Output a verbatim copy of the data, cut off after the line that contains "#6=PRODUCT_DEFINITION('','',#4,#5);".

--- START ---

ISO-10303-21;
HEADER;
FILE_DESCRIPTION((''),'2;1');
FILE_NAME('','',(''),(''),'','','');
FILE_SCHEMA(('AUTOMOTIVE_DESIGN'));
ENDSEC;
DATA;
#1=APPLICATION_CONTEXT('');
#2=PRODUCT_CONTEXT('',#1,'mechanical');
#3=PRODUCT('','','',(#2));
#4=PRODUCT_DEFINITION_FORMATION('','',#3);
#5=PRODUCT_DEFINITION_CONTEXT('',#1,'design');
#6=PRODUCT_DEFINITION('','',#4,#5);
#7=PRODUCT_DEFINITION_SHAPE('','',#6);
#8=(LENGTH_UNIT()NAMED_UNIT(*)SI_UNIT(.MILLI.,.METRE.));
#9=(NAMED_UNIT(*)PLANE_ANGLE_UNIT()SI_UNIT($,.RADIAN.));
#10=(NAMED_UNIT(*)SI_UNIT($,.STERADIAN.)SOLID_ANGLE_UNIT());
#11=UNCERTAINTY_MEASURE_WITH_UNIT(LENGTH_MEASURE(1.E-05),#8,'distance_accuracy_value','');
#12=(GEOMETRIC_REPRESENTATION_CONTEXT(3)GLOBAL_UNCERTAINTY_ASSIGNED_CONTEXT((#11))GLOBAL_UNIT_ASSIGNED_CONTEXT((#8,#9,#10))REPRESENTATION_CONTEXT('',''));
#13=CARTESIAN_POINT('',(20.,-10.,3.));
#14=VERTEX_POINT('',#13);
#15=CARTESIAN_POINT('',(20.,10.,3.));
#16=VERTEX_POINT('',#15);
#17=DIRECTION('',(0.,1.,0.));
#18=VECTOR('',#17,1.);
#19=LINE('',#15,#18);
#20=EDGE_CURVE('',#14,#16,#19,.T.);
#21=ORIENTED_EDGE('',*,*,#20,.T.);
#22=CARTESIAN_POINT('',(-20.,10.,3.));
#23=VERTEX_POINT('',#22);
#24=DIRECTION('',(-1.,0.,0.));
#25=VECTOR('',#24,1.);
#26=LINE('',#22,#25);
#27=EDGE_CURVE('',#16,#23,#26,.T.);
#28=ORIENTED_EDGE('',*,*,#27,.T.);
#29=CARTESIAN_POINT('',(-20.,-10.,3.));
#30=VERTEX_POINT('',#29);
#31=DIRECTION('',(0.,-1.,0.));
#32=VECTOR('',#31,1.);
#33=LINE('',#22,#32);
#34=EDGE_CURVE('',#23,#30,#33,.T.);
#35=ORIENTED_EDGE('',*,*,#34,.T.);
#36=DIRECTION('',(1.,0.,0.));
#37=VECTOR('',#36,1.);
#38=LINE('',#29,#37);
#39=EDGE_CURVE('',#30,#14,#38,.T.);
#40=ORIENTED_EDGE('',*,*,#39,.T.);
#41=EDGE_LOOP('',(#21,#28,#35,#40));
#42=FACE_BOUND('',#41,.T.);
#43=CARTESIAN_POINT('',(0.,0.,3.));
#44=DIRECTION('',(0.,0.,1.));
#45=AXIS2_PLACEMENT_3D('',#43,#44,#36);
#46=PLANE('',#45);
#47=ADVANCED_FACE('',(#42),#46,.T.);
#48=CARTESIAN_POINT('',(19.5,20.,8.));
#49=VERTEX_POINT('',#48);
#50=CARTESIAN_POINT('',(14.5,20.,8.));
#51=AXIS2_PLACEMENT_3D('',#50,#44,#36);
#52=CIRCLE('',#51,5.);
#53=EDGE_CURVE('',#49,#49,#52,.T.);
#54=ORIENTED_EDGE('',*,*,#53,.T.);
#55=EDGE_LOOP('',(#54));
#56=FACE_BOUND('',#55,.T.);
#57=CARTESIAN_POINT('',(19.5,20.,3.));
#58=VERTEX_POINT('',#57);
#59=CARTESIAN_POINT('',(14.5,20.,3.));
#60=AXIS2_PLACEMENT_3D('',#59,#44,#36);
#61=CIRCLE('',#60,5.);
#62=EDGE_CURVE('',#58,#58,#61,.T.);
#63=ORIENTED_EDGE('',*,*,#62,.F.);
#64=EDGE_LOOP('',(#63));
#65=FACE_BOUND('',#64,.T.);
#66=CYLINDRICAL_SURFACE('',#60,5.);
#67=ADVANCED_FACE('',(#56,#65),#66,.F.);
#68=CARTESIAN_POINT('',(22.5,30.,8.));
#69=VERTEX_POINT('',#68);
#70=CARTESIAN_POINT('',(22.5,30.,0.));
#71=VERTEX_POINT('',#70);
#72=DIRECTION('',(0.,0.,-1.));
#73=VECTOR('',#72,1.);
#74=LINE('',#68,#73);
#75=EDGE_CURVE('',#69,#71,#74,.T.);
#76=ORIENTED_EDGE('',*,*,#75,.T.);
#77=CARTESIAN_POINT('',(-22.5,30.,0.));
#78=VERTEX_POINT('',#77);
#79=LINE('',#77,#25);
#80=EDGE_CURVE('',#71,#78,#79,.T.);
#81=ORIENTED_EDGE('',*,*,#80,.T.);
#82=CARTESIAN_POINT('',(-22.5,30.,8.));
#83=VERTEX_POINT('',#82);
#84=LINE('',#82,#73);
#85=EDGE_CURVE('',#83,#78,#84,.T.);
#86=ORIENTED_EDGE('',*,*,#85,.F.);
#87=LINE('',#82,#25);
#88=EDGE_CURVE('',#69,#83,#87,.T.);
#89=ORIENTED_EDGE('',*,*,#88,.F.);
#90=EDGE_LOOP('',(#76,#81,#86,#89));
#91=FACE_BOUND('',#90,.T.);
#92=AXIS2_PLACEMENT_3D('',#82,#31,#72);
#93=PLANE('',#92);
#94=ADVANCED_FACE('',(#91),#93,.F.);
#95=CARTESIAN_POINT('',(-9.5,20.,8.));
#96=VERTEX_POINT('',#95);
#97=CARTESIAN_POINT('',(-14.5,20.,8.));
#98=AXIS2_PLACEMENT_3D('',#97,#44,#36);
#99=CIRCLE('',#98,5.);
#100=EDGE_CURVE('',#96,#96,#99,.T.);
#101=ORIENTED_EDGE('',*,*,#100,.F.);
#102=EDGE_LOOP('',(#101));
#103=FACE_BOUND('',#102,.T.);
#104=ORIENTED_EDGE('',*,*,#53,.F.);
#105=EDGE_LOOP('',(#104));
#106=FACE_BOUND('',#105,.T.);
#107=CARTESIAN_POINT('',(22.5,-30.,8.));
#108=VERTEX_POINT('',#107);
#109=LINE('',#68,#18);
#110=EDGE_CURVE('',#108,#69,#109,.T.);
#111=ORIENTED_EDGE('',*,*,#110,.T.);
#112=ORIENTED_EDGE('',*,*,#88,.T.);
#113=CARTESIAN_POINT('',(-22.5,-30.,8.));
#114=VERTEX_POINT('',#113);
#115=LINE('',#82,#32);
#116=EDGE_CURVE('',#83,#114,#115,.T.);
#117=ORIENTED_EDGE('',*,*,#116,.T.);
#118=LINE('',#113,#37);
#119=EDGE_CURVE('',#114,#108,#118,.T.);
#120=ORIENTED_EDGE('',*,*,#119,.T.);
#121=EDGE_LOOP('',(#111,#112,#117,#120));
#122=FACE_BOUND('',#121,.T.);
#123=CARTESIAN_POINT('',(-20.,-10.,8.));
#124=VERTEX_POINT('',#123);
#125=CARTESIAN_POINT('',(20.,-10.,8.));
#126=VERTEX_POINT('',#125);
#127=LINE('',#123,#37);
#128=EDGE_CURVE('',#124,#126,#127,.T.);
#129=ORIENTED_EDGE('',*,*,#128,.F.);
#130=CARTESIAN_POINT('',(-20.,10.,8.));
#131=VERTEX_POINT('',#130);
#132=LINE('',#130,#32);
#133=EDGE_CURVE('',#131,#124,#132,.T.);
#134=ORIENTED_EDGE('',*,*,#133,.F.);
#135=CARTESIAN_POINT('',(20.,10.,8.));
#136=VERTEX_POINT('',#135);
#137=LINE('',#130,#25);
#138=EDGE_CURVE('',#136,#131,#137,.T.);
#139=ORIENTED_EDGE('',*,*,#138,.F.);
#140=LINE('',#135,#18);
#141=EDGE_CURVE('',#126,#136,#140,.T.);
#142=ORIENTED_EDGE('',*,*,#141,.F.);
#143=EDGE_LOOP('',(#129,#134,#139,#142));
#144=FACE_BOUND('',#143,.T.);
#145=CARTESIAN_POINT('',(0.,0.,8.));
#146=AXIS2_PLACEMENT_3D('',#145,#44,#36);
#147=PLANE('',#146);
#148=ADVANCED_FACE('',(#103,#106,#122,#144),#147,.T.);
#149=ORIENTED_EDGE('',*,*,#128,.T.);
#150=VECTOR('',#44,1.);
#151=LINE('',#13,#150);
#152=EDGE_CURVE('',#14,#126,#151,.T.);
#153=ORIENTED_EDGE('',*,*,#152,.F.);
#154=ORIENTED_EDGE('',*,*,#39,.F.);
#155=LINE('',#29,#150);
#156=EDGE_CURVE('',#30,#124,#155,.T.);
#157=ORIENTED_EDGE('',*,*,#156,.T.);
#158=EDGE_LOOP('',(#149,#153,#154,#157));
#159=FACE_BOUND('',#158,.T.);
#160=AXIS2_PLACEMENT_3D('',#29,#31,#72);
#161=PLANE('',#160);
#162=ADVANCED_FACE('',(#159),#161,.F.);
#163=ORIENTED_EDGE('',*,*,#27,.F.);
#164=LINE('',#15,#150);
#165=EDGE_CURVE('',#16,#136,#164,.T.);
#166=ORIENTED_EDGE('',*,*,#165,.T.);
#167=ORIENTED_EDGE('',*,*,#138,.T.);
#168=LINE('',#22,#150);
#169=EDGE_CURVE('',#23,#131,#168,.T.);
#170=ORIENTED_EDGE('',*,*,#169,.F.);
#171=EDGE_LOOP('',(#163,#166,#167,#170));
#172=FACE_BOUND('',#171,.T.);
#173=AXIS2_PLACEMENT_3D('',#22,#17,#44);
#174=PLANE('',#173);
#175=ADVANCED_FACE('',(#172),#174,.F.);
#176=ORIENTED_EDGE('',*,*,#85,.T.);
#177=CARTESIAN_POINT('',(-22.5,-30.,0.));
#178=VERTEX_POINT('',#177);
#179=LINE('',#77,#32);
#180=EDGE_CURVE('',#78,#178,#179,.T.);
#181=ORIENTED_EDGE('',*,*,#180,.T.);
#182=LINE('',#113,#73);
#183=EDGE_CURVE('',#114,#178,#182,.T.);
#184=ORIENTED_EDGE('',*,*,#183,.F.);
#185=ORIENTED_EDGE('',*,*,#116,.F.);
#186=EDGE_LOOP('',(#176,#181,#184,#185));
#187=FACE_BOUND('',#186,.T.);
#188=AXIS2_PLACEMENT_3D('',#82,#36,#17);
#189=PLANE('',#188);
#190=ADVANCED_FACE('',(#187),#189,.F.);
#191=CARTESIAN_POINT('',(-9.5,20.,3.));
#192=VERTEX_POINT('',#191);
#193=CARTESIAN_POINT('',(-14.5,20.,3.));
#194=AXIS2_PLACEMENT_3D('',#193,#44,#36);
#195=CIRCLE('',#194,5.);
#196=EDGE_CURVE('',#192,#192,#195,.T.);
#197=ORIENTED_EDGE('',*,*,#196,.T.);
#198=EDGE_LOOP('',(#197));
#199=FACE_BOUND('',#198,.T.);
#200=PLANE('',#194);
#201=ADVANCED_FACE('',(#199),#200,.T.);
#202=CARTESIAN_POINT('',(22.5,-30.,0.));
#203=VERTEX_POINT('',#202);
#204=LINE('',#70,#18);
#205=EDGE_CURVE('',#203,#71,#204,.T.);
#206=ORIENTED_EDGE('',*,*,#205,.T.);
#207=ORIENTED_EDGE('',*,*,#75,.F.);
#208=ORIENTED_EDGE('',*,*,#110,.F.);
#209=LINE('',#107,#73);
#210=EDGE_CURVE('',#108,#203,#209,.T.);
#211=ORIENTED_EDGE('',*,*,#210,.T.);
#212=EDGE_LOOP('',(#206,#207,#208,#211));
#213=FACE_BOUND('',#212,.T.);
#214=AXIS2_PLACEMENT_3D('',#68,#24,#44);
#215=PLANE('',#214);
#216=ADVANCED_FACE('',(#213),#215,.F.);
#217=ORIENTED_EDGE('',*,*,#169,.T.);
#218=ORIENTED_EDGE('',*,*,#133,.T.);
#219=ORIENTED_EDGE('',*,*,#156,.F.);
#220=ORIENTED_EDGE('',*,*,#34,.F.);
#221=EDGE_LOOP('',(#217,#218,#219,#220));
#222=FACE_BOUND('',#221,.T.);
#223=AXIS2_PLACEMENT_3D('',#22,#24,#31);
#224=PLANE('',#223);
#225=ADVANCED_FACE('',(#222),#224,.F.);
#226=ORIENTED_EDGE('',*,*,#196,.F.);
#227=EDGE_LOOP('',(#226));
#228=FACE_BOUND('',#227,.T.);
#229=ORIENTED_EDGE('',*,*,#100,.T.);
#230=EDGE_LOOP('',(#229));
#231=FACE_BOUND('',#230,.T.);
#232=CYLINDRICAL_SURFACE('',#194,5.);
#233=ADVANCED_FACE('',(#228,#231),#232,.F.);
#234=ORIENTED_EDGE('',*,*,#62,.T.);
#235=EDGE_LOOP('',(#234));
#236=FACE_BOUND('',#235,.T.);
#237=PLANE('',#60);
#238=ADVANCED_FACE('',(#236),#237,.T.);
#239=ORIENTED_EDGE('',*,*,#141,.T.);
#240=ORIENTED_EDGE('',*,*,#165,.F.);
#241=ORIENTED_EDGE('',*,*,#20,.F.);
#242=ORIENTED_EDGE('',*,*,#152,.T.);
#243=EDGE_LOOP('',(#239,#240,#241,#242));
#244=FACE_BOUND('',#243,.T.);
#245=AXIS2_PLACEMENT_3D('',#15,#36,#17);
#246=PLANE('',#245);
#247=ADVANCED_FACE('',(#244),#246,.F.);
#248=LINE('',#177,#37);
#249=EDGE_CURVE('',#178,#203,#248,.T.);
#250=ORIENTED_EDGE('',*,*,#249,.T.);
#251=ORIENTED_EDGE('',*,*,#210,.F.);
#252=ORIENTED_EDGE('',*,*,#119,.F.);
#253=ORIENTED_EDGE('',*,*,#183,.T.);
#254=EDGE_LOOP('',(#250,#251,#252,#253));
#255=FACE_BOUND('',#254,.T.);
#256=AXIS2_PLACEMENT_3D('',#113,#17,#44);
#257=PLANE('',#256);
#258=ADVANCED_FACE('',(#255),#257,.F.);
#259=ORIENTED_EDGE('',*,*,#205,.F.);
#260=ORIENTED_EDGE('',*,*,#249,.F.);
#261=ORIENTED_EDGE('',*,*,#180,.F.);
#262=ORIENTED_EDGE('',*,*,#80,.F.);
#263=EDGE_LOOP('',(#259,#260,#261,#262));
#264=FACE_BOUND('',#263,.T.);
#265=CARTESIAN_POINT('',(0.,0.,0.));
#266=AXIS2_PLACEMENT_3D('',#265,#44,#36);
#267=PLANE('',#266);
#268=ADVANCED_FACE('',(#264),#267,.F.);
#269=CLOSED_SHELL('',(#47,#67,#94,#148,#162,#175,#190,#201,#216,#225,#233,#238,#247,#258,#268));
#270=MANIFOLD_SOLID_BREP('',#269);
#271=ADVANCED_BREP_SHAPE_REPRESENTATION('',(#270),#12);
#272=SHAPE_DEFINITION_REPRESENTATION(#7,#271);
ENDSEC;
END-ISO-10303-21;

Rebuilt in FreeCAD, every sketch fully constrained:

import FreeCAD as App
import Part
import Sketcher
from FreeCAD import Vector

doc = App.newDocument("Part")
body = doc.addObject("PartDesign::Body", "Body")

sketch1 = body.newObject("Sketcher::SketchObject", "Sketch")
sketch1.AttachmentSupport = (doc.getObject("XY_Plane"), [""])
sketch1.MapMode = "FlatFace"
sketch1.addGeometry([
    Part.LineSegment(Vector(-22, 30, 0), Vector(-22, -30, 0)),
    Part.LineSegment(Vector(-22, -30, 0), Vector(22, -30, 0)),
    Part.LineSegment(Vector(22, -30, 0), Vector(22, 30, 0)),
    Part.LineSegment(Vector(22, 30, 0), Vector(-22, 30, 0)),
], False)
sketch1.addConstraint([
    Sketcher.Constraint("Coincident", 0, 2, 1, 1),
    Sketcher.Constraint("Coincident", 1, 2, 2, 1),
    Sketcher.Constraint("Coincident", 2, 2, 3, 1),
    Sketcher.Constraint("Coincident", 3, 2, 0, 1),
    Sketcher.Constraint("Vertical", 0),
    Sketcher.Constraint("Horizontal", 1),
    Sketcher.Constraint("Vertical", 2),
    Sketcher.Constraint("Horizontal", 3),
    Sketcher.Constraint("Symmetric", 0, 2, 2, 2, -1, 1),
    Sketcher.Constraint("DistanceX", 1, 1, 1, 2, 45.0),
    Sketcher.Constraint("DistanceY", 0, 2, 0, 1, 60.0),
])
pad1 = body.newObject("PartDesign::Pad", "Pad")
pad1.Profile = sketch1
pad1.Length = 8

--- END ---

▸ ANSWER TO THE EXERCISE
ISO-10303-21;
HEADER;
FILE_DESCRIPTION((''),'2;1');
FILE_NAME('','',(''),(''),'','','');
FILE_SCHEMA(('AUTOMOTIVE_DESIGN'));
ENDSEC;
DATA;
#1=APPLICATION_CONTEXT('');
#2=PRODUCT_CONTEXT('',#1,'mechanical');
#3=PRODUCT('','','',(#2));
#4=PRODUCT_DEFINITION_FORMATION('','',#3);
#5=PRODUCT_DEFINITION_CONTEXT('',#1,'design');
#6=PRODUCT_DEFINITION('','',#4,#5);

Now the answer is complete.